Tenders above Rs 5 lakh on Net only

The government has made e-procurement mandatory for tenders valued above Rs 5 lakh from April 1 to ensure transparency and prevent cartelisation.

R. Suryamurthy Published 06.04.15, 12:00 AM

New Delhi, April 5: The government has made e-procurement mandatory for tenders valued above Rs 5 lakh from April 1 to ensure transparency and prevent cartelisation.

The new rule will be applicable to all central government procurement, their attached subordinate offices, public sector units under the Centre, autonomous and statutory bodies, a finance ministry official said.
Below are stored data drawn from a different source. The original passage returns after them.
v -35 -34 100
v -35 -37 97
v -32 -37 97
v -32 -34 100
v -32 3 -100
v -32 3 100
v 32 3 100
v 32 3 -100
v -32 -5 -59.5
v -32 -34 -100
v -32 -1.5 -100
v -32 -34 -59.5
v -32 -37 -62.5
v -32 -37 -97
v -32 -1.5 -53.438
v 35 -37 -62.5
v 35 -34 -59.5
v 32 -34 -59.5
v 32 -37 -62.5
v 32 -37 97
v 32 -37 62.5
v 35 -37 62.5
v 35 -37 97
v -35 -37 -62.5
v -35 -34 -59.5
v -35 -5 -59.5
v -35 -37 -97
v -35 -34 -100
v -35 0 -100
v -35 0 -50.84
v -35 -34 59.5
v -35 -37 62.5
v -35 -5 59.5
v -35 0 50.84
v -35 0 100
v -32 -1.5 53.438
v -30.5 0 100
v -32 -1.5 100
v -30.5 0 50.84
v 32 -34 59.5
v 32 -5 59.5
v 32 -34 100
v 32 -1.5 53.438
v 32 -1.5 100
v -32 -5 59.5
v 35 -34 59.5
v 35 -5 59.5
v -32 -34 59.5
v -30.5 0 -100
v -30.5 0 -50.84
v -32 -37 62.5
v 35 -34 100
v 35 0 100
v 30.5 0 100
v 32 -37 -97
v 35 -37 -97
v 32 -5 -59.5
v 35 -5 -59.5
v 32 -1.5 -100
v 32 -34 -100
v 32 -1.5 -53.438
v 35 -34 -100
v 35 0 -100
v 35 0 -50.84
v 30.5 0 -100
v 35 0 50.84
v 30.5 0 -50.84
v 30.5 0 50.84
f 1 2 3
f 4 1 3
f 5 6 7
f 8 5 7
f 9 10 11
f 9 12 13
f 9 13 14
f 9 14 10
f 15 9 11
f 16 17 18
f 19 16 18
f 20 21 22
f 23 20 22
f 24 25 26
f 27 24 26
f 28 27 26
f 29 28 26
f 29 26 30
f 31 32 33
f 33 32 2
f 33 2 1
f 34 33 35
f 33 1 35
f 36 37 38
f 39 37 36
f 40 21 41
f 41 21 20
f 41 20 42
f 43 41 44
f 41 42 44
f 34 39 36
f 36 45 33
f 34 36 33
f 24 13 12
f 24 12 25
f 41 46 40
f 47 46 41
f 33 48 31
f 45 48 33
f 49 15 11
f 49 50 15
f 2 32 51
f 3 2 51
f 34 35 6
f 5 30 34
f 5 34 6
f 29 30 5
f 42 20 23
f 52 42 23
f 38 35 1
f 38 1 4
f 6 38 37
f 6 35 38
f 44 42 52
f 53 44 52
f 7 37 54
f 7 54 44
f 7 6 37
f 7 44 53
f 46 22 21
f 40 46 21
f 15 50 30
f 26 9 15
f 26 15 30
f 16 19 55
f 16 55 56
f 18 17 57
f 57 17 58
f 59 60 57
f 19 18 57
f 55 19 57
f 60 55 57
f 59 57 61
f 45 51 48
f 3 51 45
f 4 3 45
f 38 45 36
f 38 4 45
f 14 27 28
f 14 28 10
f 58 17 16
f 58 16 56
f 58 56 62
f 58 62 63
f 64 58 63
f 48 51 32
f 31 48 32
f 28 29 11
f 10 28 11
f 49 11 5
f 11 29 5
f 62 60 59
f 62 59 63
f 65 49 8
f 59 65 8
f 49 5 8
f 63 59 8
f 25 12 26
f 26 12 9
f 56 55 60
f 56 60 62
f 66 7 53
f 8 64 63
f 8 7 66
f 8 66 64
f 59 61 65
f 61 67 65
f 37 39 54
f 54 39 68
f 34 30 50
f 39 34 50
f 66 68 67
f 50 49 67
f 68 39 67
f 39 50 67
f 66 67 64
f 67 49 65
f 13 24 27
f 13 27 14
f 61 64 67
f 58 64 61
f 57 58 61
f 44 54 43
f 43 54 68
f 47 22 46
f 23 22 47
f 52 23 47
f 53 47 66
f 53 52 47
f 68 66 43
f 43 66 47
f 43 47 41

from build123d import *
from OCP.BRepFilletAPI import BRepFilletAPI_MakeChamfer

# Parameters (mm, degrees)
SKETCH2_W           = 64
SKETCH2_H           = 200
BOSS_EXTRUDE1_DEPTH = 3
SKETCH13_W          = 3
SKETCH13_H          = 40
BOSS_EXTRUDE2_DEPTH = 200
CHAMFER1_SIZE       = 1.5
CHAMFER2_SIZE       = 3
CUT_EXTRUDE1_REACH  = 129.55
SKETCH14_W          = 119
SKETCH14_H          = 37
CHAMFER3_SIZE       = 8.660254038
CHAMFER3_SIZE_2     = 5
CHAMFER4_SIZE       = 3


with BuildPart() as part:
    # Sketch2 → Boss-Extrude1 (new body)
    with BuildSketch(Plane(origin=(0, 0, 0), x_dir=(1, 0, 0), z_dir=(0, 1, 0))):
        Rectangle(SKETCH2_W, SKETCH2_H)
    extrude(amount=BOSS_EXTRUDE1_DEPTH)

    # Sketch13 → Boss-Extrude2 (add)
    with BuildSketch(Plane.XY.offset(100)):
        with Locations((33.5, -17)):
            Rectangle(SKETCH13_W, SKETCH13_H)
        with Locations((-33.5, -17)):
            Rectangle(SKETCH13_W, SKETCH13_H)
    extrude(amount=-BOSS_EXTRUDE2_DEPTH)

    # Chamfer1
    chamfer1_edges = [part.edges().sort_by_distance(p)[0] for p in [
        (-32, 0, 0),
        (32, 0, 0),
    ]]
    chamfer(chamfer1_edges, length=CHAMFER1_SIZE)

    # Chamfer2
    chamfer2_edges = [part.edges().sort_by_distance(p)[0] for p in [
        (35, 3, 0),
        (-35, 3, 0),
    ]]
    chamfer(chamfer2_edges, length=CHAMFER2_SIZE)

    # Cut-Extrude1: up to this face of the body (flat: up to its plane)
    cut_extrude1_end = Plane(part.part.faces().sort_by_distance((-35, -18.5, 0))[0])
    # Sketch14 → Cut-Extrude1 (cut, up to the picked face)
    with BuildSketch(Plane(origin=(35, 0, 0), x_dir=(0, 0, -1), z_dir=(1, 0, 0)), mode=Mode.PRIVATE) as cut_extrude1_sk1:
        with Locations((0, -18.5)):
            Rectangle(SKETCH14_W, SKETCH14_H)
    cut_extrude1_tool1 = split(extrude(cut_extrude1_sk1.sketch, amount=-CUT_EXTRUDE1_REACH, mode=Mode.PRIVATE), bisect_by=cut_extrude1_end, keep=Keep.BOTH, mode=Mode.PRIVATE)
    add(cut_extrude1_tool1.solids().sort_by(Axis((35, -18.5, 0), (-1, 0, 0)))[0], mode=Mode.SUBTRACT)

    # Chamfer3
    chamfer3_edges_1 = [part.edges().sort_by_distance(p)[0] for p in [
        (32.75, 0, -59.5),
    ]]
    chamfer3_side_1 = [part.faces().sort_by_distance(p)[0] for p in [
        (32.75, 0, -59.4),
    ]]
    chamfer3_edges_2 = [part.edges().sort_by_distance(p)[0] for p in [
        (-32.75, 0, -59.5),
    ]]
    chamfer3_side_2 = [part.faces().sort_by_distance(p)[0] for p in [
        (-32.75, 0, -59.4),
    ]]
    chamfer3_edges_3 = [part.edges().sort_by_distance(p)[0] for p in [
        (32.75, 0, 59.5),
    ]]
    chamfer3_side_3 = [part.faces().sort_by_distance(p)[0] for p in [
        (32.75, 0, 59.4),
    ]]
    chamfer3_edges_4 = [part.edges().sort_by_distance(p)[0] for p in [
        (-32.75, 0, 59.5),
    ]]
    chamfer3_side_4 = [part.faces().sort_by_distance(p)[0] for p in [
        (-32.75, 0, 59.4),
    ]]
    chamfer3 = BRepFilletAPI_MakeChamfer(part.part.solid().wrapped)
    for e in chamfer3_edges_1:
        chamfer3.Add(CHAMFER3_SIZE - 0.0001, CHAMFER3_SIZE_2 - 0.0001, e.wrapped, chamfer3_side_1[0].wrapped)
    for e in chamfer3_edges_2:
        chamfer3.Add(CHAMFER3_SIZE - 0.0001, CHAMFER3_SIZE_2 - 0.0001, e.wrapped, chamfer3_side_2[0].wrapped)
    for e in chamfer3_edges_3:
        chamfer3.Add(CHAMFER3_SIZE - 0.0001, CHAMFER3_SIZE_2 - 0.0001, e.wrapped, chamfer3_side_3[0].wrapped)
    for e in chamfer3_edges_4:
        chamfer3.Add(CHAMFER3_SIZE - 0.0001, CHAMFER3_SIZE_2 - 0.0001, e.wrapped, chamfer3_side_4[0].wrapped)
    add(Compound.cast(chamfer3.Shape()), mode=Mode.REPLACE)  # a hair under: the kernel refuses the full size

    # Chamfer4
    chamfer4_edges = [part.edges().sort_by_distance(p)[0] for p in [
        (33.5, -37, 100),
        (33.5, -37, -100),
        (-33.5, -37, 100),
        (-33.5, -37, -100),
        (33.5, -37, -59.5),
        (-33.5, -37, 59.5),
        (-33.5, -37, -59.5),
        (33.5, -37, 59.5),
    ]]
    chamfer(chamfer4_edges, length=CHAMFER4_SIZE)


solid = part.part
The government has cut the mandatory e-procurement tender value by half and plans to reduce the tender value to Rs 2 lakh from April 1, 2016.

The official said the changes had been made "in order to ensure maximum participation in tenders through the e-procurement route".

Public procurement constitutes around 30 per cent of GDP (gross domestic product), with the total annual tenders amounting to about Rs 15-20 lakh crore.

Departments such as defence, railways, health and telecom allocate about 50 per cent of their budget to procurement, which is higher than the expenditure of most state governments.

Tendering has been vulnerable to corruption, not only between the suppliers and the government staff but also among suppliers in the form of cartels that have attracted charges of bid rigging and collusive bidding.

Recently, ONGC director technical and field services Shashi Shankar was suspended for alleged irregularities in a Rs 23-crore tender, the first such action against the company's official in more than two decades.

ONGC had not awarded that tender.

Shankar, who annually handled at least Rs 15,000 crore of contracts for rigs and oilfield services, was suspended in a case of a tender to procure 21 blowout preventers, the oil ministry had stated.

The ministry has directed PSUs to strictly adhere to the blacklisting of vendors. If a vendor is involved in any forgery or malpractice while dealing with one company, it may be blacklisted by others.

Moreover, several projects of state-owned companies have faced inordinate delays because of conflicting claims and counter claims by contractors, delay in material supply and additional cost claims by contractors.

"Malfeasance in public procurement can perhaps be contained by having a procurement law and an institutional structure consistent with the UNCITRAL (UN trade rules) model. I believe, Parliament needs to take a view soon on whether we need a procurement law, and if so, what shape it should take," finance minister Arun Jaitley said in the budget for 2015-16.

The Narendra Modi-government has decided to revive the long-pending Public Procurement Bill, 2012 that was framed by the former UPA government.

The finance ministry has sought proposals for any change in the bill from civil society, non-government organisations, lawyers and industry bodies by April 10. The bill had lapsed after the dissolution of the last Lok Sabha.